Method: This case study assessed acoustic and perceptual effects of resampling and speech compression (i.e., transcoding) on the speech of 2 individuals with dysarthria. Forced-choice vowel identification and transcription tasks were utilized, completed by 20 naive undergraduate listeners.
Results: Results showed relative improvements and decrements in intelligibility, on various measures, based on the speakers’ acoustic profiles. The transcoding of the speech compression algorithm resulted in an enlarged vowel space area and associated improvements in vowel identification for 1 speaker and a smaller vowel space area and decreased vowel identification for the other speaker. Interestingly, there was an overall decrease in intelligibility in the transcription task in this condition for both speakers.
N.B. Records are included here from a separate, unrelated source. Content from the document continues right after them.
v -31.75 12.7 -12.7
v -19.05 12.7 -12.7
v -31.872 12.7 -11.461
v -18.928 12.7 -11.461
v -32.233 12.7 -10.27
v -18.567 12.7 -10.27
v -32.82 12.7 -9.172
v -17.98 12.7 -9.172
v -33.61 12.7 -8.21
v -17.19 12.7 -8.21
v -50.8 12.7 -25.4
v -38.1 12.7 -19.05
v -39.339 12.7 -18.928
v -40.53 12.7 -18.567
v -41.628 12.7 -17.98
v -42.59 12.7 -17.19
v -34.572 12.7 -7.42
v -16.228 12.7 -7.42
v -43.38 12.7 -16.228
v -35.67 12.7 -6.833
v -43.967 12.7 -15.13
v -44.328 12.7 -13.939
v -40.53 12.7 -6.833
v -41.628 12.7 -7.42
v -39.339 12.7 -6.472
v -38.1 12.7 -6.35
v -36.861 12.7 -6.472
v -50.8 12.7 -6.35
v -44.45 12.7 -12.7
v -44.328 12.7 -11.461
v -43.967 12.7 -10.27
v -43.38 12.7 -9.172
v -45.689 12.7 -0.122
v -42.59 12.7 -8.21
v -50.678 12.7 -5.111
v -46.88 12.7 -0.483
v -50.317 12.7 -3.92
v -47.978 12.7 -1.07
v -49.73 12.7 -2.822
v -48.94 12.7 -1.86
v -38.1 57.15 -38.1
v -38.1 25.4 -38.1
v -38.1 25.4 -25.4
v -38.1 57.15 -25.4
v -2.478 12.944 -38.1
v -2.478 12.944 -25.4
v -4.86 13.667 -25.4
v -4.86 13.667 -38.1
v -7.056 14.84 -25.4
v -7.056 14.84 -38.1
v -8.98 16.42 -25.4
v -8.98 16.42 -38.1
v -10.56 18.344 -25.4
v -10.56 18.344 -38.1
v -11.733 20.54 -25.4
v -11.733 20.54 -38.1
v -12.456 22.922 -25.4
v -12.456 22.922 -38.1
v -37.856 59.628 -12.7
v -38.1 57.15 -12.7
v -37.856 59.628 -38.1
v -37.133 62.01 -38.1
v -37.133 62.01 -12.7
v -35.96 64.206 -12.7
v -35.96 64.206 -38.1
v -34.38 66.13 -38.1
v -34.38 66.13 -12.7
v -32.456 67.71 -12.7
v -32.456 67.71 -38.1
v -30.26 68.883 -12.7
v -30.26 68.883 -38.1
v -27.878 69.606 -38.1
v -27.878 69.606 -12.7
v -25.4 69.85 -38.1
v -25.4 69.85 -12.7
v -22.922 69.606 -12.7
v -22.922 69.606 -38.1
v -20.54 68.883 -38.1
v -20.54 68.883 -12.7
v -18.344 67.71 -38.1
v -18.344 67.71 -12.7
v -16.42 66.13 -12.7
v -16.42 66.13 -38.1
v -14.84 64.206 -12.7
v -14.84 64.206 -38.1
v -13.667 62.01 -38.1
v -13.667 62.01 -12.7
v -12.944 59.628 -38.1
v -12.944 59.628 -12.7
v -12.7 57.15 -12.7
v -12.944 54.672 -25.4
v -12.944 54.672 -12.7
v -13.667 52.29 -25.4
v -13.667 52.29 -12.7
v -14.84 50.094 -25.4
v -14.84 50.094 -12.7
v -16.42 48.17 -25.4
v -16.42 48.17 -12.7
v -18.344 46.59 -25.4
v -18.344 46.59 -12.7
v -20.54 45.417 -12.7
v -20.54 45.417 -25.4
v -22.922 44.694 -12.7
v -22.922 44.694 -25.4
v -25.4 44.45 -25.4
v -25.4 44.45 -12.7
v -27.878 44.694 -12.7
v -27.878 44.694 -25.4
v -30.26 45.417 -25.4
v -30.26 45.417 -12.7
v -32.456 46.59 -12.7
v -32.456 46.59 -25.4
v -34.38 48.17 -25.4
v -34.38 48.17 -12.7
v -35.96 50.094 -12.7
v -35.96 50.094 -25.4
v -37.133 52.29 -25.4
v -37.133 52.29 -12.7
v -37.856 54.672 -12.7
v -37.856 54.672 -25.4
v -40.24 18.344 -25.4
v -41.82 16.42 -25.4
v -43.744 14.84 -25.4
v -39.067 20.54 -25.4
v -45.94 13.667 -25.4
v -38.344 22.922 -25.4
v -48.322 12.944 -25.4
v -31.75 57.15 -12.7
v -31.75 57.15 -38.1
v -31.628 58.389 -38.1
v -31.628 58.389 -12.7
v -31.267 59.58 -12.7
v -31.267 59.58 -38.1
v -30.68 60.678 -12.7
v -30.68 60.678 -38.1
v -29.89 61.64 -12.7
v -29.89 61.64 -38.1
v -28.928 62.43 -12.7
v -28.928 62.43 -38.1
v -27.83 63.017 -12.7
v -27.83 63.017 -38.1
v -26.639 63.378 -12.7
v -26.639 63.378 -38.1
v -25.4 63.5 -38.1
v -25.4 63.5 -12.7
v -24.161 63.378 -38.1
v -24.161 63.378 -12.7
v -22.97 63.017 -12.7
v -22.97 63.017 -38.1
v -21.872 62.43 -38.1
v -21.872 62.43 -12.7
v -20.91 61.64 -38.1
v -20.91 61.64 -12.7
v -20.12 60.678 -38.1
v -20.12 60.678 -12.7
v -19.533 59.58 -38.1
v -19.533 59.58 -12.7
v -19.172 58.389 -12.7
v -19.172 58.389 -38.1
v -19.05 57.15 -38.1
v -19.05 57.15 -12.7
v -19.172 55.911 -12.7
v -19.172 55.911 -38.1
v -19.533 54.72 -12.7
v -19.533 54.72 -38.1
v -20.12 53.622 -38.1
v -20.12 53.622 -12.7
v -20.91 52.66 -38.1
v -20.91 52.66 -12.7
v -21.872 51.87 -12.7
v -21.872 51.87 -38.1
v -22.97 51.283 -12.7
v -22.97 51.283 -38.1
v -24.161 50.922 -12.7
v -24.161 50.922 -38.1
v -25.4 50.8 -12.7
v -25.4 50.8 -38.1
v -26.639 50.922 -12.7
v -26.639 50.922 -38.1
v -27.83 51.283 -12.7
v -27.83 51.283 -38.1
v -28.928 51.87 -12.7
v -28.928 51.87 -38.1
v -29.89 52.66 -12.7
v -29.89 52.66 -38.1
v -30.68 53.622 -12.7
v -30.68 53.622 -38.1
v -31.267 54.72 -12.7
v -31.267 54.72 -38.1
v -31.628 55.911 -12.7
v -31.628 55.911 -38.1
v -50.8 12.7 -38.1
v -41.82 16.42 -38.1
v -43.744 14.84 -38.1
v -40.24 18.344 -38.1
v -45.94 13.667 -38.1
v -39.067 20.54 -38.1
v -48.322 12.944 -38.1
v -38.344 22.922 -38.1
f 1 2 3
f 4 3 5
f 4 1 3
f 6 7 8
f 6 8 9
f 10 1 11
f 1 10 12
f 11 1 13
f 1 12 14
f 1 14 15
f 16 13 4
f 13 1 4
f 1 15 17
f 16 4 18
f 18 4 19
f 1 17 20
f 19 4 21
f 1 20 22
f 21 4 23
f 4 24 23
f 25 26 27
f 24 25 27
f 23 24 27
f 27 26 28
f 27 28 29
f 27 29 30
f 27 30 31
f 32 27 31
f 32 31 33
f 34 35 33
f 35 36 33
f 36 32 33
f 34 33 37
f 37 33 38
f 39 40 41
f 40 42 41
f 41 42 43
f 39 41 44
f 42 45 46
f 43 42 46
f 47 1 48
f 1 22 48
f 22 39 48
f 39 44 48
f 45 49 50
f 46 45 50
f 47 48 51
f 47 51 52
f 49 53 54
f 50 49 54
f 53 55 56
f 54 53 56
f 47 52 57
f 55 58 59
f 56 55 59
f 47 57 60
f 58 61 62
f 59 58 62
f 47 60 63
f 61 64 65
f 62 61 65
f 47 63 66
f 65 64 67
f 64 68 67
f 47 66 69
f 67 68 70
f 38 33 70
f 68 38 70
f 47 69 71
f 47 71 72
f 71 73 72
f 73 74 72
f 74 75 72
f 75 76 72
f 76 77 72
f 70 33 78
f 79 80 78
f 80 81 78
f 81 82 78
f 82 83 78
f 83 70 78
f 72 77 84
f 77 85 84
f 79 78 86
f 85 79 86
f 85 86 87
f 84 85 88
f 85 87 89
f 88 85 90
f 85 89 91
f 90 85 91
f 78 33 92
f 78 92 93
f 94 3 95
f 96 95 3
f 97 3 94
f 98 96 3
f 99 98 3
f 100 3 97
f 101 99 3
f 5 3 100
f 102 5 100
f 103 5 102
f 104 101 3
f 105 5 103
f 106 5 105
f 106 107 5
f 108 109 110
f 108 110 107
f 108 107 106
Conclusions: There is a complex interplay between dysarthria and compression algorithms that warrants further exploration. The findings suggest that it is critical to be mindful of apparent changes in intelligibility secondary to compression algorithms necessary for practicing telemedicine.
Supplemental Material S1. Confusion matrices for each vowel for each condition for Speaker One, where numbers are raw values and indicate the number of tokens identified out of the corpus of 80 classifications per vowel; target vowels are indicated with phonetic (International Phonetic Alphabet [IPA]) notation; corresponding perceived vowels are indicated with orthographic notation.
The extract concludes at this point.